Sebelum memasuki masa kampanye, INSTRAT mengadakan survei terhadap 1200 responden yang tersebar di seluruh provinsi di Indonesia. Jika dibandingkan dengan hasil perhitungan cepat beberapa lembaga survei yang dirilis kemarin, maka akan terlihat perbedaan kondisi elektabilitas partai sebelum dan setelah kampanye.
Dari data tersebut, terlihat perbedaan terbesar adalah menurunnya suara Partai Golkar secara cukup drastis. Ini berarti Partai Golkar tidak berhasil memaksimalkan masa kampanye dengan baik. Peningkatan terbesar dialami oleh PPP yang berhasil meningkatkan suara selama masa kampanye. Selain PPP, hampir seluruh Partai Islam ternyata berhasil menambah jumlah suara selama masa kampanye.
Jika hasil QC dibandingkan dengan hasil pemilu 2009, peningkatan terbesar terlihat dialami oleh Gerindra dan PKB. Sedangkan penurunan terbesar dialami oleh Partai Demokrat. Partai Nasdem juga cukup fenomenal sebagai partai baru telah berhasil meraih suara sebagai partai papan tengah.
Peningkatan suara Gerindra dari Pemilu 2009 ke hasil saat ini nampaknya terjadi secara gradual dan berlangsung sebelum masa kampanye di mulai. Hal ini dikarenakan Gerindra dan Prabowo Subianto terlihat konsisten menampilkan diri ke publik, baik dalam bentuk iklan politik maupun keterlibatan dalam Pilkada, seperti DKI Jakarta. Sedangkan di masa kampanye justru suara Gerindra relatif tetap dengan sedikit penurunan
Pada kasus PKB, peningkatan suara terjadi sebelum masa kampanye dan ketika masa kampanye. Akan tetapi, perubahan signifikan nampaknya terjadi ketika PKB mulai menjalankan strategi pencapresan Rhoma Irama, Jusuf Kalla, dan Mahfudz MD. Strategi ini dijalankan sebelum masa kampanye dan sebelum survei dilakukan. Ini yang mengakibatkan suara PKB ketika survei juga relatif telah naik. Ketika masa kampanye, PKB memperoleh angin segar dengan masuknya Rusdi Kirana. Ini memudahkan PKB menggalang dana kampanye dan memaksimalkan masa kampanye yang tersisa.

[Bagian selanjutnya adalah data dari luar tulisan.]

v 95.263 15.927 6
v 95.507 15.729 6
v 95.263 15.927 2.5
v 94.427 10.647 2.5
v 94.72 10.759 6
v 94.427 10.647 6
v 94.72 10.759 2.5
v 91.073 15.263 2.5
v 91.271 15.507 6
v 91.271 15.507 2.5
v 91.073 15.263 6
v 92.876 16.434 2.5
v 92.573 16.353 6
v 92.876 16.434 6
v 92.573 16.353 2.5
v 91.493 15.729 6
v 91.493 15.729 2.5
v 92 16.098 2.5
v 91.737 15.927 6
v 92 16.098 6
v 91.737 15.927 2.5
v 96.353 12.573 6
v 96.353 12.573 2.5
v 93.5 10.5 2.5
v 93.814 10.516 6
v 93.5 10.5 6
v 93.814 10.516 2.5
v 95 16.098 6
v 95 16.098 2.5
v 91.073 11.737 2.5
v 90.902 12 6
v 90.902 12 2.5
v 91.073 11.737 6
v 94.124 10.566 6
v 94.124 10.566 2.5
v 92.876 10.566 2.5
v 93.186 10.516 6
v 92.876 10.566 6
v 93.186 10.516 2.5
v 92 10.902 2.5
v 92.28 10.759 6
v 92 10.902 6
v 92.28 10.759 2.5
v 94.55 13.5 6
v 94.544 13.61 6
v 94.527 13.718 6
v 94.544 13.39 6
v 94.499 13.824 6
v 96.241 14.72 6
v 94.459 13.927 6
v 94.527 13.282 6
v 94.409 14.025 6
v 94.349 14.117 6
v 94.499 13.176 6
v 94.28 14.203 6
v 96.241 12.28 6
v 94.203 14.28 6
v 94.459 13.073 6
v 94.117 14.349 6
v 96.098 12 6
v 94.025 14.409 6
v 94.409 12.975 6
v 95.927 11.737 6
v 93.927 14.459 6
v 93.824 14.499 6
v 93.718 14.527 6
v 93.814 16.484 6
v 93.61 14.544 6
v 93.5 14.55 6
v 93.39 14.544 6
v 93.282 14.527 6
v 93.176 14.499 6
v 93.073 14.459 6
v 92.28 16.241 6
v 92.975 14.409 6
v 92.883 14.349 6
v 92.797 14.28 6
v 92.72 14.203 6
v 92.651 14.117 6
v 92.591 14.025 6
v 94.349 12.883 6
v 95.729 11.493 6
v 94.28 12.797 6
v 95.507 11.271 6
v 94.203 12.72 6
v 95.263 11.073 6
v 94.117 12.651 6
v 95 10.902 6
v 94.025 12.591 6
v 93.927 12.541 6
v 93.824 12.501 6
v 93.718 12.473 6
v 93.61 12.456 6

Bagaimana dengan pengaruh pencapresan Jokowi? Kalau kita cermati, Elektabilitas PDI Perjuangan sebelum pencapresan Jokowi dengan hasil Quick Count tidak jauh berbeda. Ini menunjukkan dugaan awal bahwa Jokowi tidak membawa pengaruh, berbeda dengan prediksi para pengamat politik. Para pengamat berasumsi fenomena tsunami Demokrat akan terjadi kembali ketika Jokowi dicapreskan.
Tidak adanya perbedaan suara antara sebelum deklarasi Jokowi dengan setelahnya bisa jadi disebabkan beberapa faktor.
Pertama, strategi capres bukan lagi strategi yang istimewa lagi. Hampir semua partai telah menggunakan strategi tersebut, berbeda dengan tahun 2009 ketika hanya Demokrat yang menggunakan strategi mendongleng suara SBY. Capres yang ditawarkan pun, meski tidak bisa meyaingi elektabilitas Jokowi, namun berhasil menawarkan pilihan bagi segmen yang berbeda. Ahmad Heryawan misalkan, berhasil meraih perhatian warga Jawa Barat sebagai satu-satunya Capres pituin. Mahfudz MD dari PKB berhasil memikat warga Jawa Timur bersama Ali Masykur Musa dari Demokrat. Sedangkan di luar Jawa terdapat Hatta Rajasa, Yusril Ihza Mahendra, Jusuf Kalla dan Anis Matta. Untuk kalangan berpendidikan rendah, pilihan Rhoma Irama berhasil menghadirkan alternatif lain. Ini membuat peta menjadi zero sum, dan akhirnya publik kembali melihat ke sosok caleg, bukan lagi capres.
Kedua, strategi Capres Jokowi pada dasarnya berhasil menambah jumlah dukungan dari nasionalis namun mengurangi dukungan dari kalangan Islam, sehingga secara umum suara PDI Perjuangan tidak berubah.Hal ini ditunjukkan dengan pengurangan suara Golkar serta stagnannya penambahan suara Gerindra, padahal sebelumnya suara Gerindra selalu meningkat secara gradual. Pada saat yang bersamaan hampir semua partai Islam mengalami peningkatan suara. Nampaknya ada kekhawatiran dari kalangan Islam terhadap pencapresan Jokowi, yang dipastikan akan menjadikan Ahok sebagai Gubernur jika terpilih sebagai Presiden.